Aus Furcht vor eskalierenden
Gewalttätigkeiten wurde selbst der harmlose Prophet Elijah gezwungen,
endgültig seinen Koffer mit der Aufschrift »Jesus Is My Lord« zu packen.
Jahrelang residierte der Gottesmann in einem Traveller-Hostel in der
Altstadt, wanderte tagsüber mit knorrigem Stock durch die Gassen und
predigte den vorbeiziehenden Massen. Für 1999 sagte er etwa eine große
Trockenheit voraus, als Strafe dafür, dass Israel Gottes Wort missachtet und
das dem Volke Israel verheißene Land an die Palästinenser abgetreten habe.

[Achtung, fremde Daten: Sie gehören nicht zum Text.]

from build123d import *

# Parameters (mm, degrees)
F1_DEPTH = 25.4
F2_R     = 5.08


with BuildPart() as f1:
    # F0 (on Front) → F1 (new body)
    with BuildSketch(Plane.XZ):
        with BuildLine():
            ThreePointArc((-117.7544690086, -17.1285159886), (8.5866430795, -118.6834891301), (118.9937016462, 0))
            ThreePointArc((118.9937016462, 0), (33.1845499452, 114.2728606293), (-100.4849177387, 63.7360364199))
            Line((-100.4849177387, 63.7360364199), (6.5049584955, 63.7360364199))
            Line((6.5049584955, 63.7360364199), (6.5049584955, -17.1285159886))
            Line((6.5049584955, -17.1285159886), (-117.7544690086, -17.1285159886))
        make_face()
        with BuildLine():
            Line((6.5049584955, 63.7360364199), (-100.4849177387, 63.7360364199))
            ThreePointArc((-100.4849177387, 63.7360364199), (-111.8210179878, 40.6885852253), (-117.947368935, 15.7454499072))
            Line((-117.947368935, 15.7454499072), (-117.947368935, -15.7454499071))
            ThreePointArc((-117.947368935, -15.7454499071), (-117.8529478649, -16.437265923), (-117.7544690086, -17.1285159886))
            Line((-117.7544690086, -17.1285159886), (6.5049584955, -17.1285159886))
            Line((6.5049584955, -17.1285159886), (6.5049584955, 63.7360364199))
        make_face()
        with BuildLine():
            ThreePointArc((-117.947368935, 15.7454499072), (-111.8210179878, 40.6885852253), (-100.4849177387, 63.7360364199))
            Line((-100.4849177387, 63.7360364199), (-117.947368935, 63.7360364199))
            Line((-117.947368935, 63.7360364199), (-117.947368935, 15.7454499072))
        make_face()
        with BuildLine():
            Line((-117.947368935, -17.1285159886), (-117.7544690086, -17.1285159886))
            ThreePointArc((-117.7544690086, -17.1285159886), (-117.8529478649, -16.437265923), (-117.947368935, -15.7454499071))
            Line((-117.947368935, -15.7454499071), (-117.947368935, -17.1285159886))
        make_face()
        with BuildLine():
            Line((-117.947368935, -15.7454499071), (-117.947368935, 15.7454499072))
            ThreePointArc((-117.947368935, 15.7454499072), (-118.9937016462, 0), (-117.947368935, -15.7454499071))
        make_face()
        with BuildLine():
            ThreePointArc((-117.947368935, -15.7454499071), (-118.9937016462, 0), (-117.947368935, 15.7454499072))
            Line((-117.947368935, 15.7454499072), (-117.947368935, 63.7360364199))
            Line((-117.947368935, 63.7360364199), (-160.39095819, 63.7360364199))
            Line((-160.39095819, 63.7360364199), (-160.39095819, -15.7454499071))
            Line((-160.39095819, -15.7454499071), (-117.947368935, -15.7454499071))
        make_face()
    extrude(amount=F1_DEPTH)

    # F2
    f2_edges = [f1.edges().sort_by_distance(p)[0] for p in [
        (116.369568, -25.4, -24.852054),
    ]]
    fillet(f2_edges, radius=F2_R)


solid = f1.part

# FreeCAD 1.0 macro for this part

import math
import FreeCAD as App
import Part
import Sketcher
from FreeCAD import Vector
Q = App.Units.Quantity


def edges_at(feature, points):
    """Names of the edges that pass closest to the given points."""
    edges = feature.Shape.Edges
    near = lambda p: min(range(len(edges)), key=lambda i: edges[i].distToShape(Part.Vertex(*p))[0])
    return sorted({f"Edge{near(p) + 1}" for p in points})

doc = App.newDocument("Part")
body = doc.addObject("PartDesign::Body", "Body")

sketch1 = body.newObject("Sketcher::SketchObject", "Sketch")
sketch1.AttachmentSupport = (doc.getObject("XZ_Plane"), [""])
sketch1.MapMode = "FlatFace"
sketch1.addGeometry([
    Part.ArcOfCircle(Part.Circle(Vector(0, 0, 0), Vector(0, 0, 1), 118.993702), math.radians(-171.723825), math.radians(147.613673)),
    Part.LineSegment(Vector(-100.484918, 63.736036, 0), Vector(-160.390958, 63.736036, 0)),
    Part.LineSegment(Vector(-160.390958, 63.736036, 0), Vector(-160.390958, -15.74545, 0)),
    Part.LineSegment(Vector(-160.390958, -15.74545, 0), Vector(-117.947369, -15.74545, 0)),
    Part.LineSegment(Vector(-117.947369, -15.74545, 0), Vector(-117.947369, -17.128516, 0)),
    Part.LineSegment(Vector(-117.947369, -17.128516, 0), Vector(-117.754469, -17.128516, 0)),
], False)
sketch1.addConstraint([
    Sketcher.Constraint("Coincident", 0, 2, 1, 1),
    Sketcher.Constraint("Coincident", 1, 2, 2, 1),
    Sketcher.Constraint("Coincident", 2, 2, 3, 1),
    Sketcher.Constraint("Coincident", 3, 2, 4, 1),
    Sketcher.Constraint("Coincident", 4, 2, 5, 1),
    Sketcher.Constraint("Coincident", 5, 2, 0, 1),
    Sketcher.Constraint("Horizontal", 1),
    Sketcher.Constraint("Vertical", 2),
    Sketcher.Constraint("Horizontal", 3),
    Sketcher.Constraint("Vertical", 4),
    Sketcher.Constraint("Horizontal", 5),
    Sketcher.Constraint("Coincident", 0, 3, -1, 1),
    Sketcher.Constraint("Radius", 0, 118.993702),
    Sketcher.Constraint("DistanceX", 5, 1, 5, 2, 0.1929),
    Sketcher.Constraint("DistanceX", 1, 2, 1, 1, 59.90604),
    Sketcher.Constraint("DistanceX", 3, 1, 3, 2, 42.443589),
    Sketcher.Constraint("DistanceY", 2, 2, 2, 1, 79.481486),
    Sketcher.Constraint("DistanceY", 4, 2, 4, 1, 1.383066),
])
pad1 = body.newObject("PartDesign::Pad", "Pad")
pad1.Profile = sketch1
pad1.Length = Q("1 in")
doc.recompute()

fillet = body.newObject("PartDesign::Fillet", "Fillet")
fillet.Base = (pad1, edges_at(pad1, [(116.37, -25.4, -24.852)]))
fillet.Radius = Q("0.2 in")

doc.recompute()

Unermüdlich rief er zu Buße und Einkehr auf, dann werde auch das ersehnte
Wasser - nach Hesekiel, 47 - unter dem
Tempelplatz
hervorbrechen, ein Ereignis das nach
Mitteilung
verschiedener - am Rande der 'Entrückung' balancierender Wirrköpfe bereits
begonnen habe.
Selbst die Intervention des
Sonderbeauftragten einer israelischen Menschenrechtsorganisation für
Propheten in Abschiebehaft half nicht. Dabei ist der rauschebärtige Elijah
vermutlich ein ungefährlicher Spinner, der ohne das Millennium-Problem bis
zu seinem Lebensabend durch die Gassen Jerusalems gegeistert wäre.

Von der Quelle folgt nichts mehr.